…Все получилось так, как предполагал Кузьма Егорович, Тетя Дуся, увидев его, нисколько не удивилась. Стряпков в дни квартальных и годовых отчетов, случалось, приходил раньше срока. Тетя Дуся вообще больше молчала. Она могла беседовать только на две темы — о своих болезнях и о международных отношениях. Политику она любила всей душой, слушала все радиопередачи, знала министров иностранных дел всех стран. Правда, в географии у нее еще были кое-какие пробелы, так сказать, белые пятна. Тетя Дуся, например, искренне считала Лондон ближайшим соседом Вашингтона. Но простим ей это.
Не обратив на Кузьму Егоровича никакого внимания, она лишь сказала:
— Ноги вытирать надо! Пора бы научиться уважать труд уборщицы.

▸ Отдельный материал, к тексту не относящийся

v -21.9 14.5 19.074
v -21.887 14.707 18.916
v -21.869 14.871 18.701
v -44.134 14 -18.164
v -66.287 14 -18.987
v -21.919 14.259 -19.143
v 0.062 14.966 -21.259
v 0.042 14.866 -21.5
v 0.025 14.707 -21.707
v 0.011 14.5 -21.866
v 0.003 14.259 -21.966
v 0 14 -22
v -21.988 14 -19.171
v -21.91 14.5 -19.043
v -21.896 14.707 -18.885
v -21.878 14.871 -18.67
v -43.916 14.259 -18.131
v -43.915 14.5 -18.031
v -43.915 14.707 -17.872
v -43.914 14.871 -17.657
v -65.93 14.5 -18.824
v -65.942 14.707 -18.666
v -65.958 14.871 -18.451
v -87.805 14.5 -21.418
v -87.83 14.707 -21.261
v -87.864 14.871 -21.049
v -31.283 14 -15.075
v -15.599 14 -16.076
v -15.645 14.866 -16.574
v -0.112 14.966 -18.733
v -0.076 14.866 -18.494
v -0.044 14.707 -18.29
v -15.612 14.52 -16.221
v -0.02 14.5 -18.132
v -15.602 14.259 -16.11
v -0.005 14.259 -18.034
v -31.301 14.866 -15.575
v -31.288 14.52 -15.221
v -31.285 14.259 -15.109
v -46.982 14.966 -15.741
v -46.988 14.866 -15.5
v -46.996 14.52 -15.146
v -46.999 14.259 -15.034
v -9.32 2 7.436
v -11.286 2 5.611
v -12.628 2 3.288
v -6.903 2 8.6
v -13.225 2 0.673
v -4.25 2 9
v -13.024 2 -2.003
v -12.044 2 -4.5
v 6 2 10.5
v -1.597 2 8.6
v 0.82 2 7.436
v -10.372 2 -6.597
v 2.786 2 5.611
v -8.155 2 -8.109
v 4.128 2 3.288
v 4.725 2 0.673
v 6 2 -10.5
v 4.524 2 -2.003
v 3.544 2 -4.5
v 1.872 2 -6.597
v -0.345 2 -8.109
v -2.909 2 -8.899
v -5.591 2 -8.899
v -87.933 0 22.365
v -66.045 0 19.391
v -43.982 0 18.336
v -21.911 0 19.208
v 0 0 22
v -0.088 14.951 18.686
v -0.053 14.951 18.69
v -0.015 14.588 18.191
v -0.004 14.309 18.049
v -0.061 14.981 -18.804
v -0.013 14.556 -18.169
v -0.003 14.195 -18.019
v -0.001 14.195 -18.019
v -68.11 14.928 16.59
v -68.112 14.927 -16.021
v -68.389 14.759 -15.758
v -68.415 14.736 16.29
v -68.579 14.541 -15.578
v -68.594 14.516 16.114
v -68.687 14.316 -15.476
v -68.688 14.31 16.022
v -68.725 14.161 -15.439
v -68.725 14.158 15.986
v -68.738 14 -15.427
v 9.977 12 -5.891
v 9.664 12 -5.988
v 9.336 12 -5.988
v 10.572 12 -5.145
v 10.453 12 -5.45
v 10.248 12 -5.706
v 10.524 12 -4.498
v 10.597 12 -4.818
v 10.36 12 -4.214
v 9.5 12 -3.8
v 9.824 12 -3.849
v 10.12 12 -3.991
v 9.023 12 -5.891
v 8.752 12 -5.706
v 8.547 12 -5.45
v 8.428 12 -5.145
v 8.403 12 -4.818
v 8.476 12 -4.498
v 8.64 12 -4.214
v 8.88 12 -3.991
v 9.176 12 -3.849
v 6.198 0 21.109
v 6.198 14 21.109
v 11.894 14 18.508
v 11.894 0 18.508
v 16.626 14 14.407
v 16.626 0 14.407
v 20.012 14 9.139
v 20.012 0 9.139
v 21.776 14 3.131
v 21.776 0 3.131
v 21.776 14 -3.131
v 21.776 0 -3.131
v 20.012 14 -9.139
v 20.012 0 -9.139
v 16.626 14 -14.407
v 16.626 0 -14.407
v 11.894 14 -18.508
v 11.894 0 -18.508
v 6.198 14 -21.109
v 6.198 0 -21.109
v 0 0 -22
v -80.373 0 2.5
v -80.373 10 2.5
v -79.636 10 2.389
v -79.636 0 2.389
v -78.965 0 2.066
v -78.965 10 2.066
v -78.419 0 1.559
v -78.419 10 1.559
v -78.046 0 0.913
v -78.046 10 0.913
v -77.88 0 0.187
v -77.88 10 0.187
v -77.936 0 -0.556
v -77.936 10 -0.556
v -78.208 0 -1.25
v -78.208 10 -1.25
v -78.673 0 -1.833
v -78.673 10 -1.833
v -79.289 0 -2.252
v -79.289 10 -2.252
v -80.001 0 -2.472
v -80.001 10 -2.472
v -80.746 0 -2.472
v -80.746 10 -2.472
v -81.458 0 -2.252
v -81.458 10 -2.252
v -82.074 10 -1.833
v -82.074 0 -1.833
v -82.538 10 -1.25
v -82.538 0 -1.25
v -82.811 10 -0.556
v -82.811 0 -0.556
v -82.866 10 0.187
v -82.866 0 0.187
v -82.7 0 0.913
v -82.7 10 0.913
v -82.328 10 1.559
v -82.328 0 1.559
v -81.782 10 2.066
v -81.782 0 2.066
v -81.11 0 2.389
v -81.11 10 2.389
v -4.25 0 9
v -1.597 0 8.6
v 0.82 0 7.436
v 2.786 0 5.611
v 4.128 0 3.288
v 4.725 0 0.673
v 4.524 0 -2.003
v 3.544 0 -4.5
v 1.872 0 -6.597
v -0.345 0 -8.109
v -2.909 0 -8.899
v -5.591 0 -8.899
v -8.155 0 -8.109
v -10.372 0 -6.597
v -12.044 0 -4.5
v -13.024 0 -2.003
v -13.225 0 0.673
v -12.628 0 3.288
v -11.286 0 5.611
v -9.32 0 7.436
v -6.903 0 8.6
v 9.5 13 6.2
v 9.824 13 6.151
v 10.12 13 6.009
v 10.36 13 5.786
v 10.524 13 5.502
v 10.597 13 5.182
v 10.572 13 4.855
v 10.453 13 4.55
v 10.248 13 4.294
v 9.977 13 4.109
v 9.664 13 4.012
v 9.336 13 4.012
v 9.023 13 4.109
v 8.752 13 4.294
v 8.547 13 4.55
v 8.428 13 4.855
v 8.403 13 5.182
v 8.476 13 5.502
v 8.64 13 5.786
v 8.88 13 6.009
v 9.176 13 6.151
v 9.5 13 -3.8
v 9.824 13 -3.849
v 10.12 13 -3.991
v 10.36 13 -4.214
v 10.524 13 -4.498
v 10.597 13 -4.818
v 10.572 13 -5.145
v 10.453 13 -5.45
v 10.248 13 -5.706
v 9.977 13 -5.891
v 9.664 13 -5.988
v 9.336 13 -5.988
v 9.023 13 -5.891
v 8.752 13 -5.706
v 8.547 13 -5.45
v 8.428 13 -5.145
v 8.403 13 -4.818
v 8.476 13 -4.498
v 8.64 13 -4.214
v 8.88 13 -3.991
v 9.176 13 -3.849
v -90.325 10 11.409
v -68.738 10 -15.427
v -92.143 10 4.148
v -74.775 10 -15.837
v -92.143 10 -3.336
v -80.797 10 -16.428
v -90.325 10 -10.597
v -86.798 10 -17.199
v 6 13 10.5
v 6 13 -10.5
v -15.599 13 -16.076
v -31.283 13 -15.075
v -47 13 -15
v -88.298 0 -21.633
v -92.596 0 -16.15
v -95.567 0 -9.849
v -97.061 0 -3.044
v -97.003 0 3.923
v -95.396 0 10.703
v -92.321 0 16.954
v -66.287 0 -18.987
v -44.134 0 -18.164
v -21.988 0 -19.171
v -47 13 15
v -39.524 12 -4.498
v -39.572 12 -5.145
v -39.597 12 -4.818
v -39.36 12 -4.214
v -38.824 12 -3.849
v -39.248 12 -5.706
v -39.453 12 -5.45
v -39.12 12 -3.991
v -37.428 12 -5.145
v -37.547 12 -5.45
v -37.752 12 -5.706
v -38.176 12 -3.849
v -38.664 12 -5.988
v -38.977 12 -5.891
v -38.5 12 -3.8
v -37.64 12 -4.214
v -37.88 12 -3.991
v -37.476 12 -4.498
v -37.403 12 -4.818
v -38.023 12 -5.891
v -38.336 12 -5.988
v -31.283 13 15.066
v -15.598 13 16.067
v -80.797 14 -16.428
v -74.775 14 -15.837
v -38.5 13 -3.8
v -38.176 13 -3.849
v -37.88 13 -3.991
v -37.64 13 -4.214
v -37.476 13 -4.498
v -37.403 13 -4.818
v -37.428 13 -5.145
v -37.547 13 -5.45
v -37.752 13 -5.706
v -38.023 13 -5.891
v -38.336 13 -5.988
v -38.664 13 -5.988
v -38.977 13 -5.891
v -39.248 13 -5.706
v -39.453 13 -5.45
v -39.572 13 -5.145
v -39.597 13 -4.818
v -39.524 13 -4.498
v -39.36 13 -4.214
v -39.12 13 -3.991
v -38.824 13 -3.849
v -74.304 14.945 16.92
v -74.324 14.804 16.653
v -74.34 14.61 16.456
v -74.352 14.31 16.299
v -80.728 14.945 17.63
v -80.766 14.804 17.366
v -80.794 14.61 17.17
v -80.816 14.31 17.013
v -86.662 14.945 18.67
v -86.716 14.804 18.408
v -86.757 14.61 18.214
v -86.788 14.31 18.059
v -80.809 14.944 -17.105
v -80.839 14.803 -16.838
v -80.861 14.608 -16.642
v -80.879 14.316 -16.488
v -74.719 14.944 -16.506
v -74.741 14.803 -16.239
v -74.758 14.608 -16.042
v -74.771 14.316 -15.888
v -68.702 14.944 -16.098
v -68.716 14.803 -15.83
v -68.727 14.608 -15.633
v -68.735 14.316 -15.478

Перетаскивая вазу, Стряпков чертыхнул и Леона Стеблина и директора гончарного завода Соскова.
— Привык, окаянный, к валу!..
Распотрошив упаковку, Кузьма Егорович первым делом вытащил «вложение» и спрятал его в свой брезентовый портфель. И тут его снова охватило раздумье: «Может, оставить? Человек Каблуков небогатый, может, и соблазнится? Нет, не соблазнится. И вообще лучше его в наши дела не впутывать. Пожалуй, еще по мордасам надает и в милицию сволочет». И Кузьма Егорович принялся за работу.
Отодрать портрет Анны Тимофеевны оказалось невозможным. Сосков на самом деле не пожалел казеинового, самого лучшего клея.
— Оставайся, — решил Стряпков. — Тебе же хуже, заклею тебя Каблуковым…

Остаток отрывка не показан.